• _EXERCISE_: Repeat exactly, and only, the lines of the entries below from the one with "END-ISO-10303-21;" through the one with "FreeCAD Python script", both ends included.
──────────────────────────────
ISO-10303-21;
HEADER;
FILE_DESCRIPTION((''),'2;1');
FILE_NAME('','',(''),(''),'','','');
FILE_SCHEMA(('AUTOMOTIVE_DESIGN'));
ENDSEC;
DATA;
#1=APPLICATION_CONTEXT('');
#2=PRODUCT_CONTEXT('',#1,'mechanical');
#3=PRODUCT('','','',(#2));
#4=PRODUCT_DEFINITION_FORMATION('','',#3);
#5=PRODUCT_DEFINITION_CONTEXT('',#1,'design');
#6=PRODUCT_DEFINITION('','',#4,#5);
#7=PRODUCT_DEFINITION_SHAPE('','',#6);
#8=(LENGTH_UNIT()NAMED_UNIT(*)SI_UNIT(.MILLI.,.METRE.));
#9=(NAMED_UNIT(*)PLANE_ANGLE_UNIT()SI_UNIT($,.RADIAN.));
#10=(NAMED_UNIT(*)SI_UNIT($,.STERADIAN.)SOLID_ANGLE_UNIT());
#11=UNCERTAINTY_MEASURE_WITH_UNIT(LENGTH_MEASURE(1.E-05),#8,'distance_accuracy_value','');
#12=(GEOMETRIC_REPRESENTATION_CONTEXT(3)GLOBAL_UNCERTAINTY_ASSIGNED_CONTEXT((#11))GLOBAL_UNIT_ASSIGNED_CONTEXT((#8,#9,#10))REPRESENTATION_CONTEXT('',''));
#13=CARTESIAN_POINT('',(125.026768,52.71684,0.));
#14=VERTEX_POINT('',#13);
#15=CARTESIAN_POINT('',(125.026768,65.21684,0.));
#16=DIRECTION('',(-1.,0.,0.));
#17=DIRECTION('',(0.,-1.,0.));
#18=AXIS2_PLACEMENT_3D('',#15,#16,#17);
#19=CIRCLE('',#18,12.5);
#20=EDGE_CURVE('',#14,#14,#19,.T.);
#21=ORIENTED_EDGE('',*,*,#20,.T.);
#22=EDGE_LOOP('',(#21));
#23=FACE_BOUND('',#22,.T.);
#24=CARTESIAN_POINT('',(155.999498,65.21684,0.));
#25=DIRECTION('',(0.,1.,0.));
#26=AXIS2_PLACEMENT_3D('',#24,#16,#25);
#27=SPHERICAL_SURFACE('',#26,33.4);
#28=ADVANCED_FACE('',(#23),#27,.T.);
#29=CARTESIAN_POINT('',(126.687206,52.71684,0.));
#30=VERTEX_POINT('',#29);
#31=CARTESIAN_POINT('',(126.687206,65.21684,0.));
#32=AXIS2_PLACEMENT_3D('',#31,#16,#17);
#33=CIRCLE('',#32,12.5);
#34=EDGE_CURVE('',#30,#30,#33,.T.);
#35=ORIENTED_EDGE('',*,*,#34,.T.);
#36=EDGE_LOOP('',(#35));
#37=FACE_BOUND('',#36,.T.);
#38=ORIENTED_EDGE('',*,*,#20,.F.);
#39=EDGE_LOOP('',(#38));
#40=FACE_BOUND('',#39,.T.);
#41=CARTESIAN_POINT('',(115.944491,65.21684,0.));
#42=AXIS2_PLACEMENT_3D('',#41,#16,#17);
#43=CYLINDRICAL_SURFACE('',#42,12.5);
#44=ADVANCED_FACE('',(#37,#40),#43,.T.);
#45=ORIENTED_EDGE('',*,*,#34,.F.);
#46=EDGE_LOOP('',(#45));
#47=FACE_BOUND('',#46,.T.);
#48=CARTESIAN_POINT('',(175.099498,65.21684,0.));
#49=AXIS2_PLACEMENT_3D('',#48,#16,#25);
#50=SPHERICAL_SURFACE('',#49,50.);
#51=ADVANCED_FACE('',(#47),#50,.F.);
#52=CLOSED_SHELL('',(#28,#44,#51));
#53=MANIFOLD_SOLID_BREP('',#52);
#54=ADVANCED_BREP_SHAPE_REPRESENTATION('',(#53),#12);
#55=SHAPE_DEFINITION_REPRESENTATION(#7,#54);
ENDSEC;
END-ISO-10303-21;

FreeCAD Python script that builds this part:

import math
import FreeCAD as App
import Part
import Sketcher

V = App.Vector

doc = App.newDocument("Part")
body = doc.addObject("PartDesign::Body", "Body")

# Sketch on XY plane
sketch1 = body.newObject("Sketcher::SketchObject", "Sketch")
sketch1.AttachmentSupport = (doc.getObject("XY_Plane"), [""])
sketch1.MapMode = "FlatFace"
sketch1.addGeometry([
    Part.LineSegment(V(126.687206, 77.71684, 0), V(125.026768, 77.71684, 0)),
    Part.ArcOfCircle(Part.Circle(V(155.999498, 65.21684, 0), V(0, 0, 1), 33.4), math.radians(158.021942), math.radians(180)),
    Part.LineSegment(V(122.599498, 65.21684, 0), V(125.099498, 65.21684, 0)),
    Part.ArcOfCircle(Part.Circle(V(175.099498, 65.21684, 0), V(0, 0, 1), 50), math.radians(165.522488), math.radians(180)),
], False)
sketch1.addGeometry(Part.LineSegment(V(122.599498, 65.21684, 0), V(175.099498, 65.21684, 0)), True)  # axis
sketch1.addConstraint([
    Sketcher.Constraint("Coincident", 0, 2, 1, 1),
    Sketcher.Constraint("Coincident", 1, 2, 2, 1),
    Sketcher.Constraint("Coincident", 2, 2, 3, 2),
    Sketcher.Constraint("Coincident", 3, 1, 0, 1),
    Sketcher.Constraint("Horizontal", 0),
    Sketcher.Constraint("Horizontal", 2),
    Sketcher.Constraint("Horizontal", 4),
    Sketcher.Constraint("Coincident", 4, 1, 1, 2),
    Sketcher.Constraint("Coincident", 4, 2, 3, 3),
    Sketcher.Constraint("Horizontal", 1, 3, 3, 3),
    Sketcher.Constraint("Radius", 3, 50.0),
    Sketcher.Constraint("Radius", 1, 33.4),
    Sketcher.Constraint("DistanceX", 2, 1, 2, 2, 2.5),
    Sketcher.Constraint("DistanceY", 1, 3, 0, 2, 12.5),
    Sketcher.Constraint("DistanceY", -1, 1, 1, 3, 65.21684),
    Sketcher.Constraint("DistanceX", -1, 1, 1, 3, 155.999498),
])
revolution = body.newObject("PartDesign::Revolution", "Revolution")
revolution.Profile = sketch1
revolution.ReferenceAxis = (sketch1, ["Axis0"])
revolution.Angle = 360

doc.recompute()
──────────────────────────────
• _ANSWER TO THIS EXERCISE_:
END-ISO-10303-21;

FreeCAD Python script that builds this part:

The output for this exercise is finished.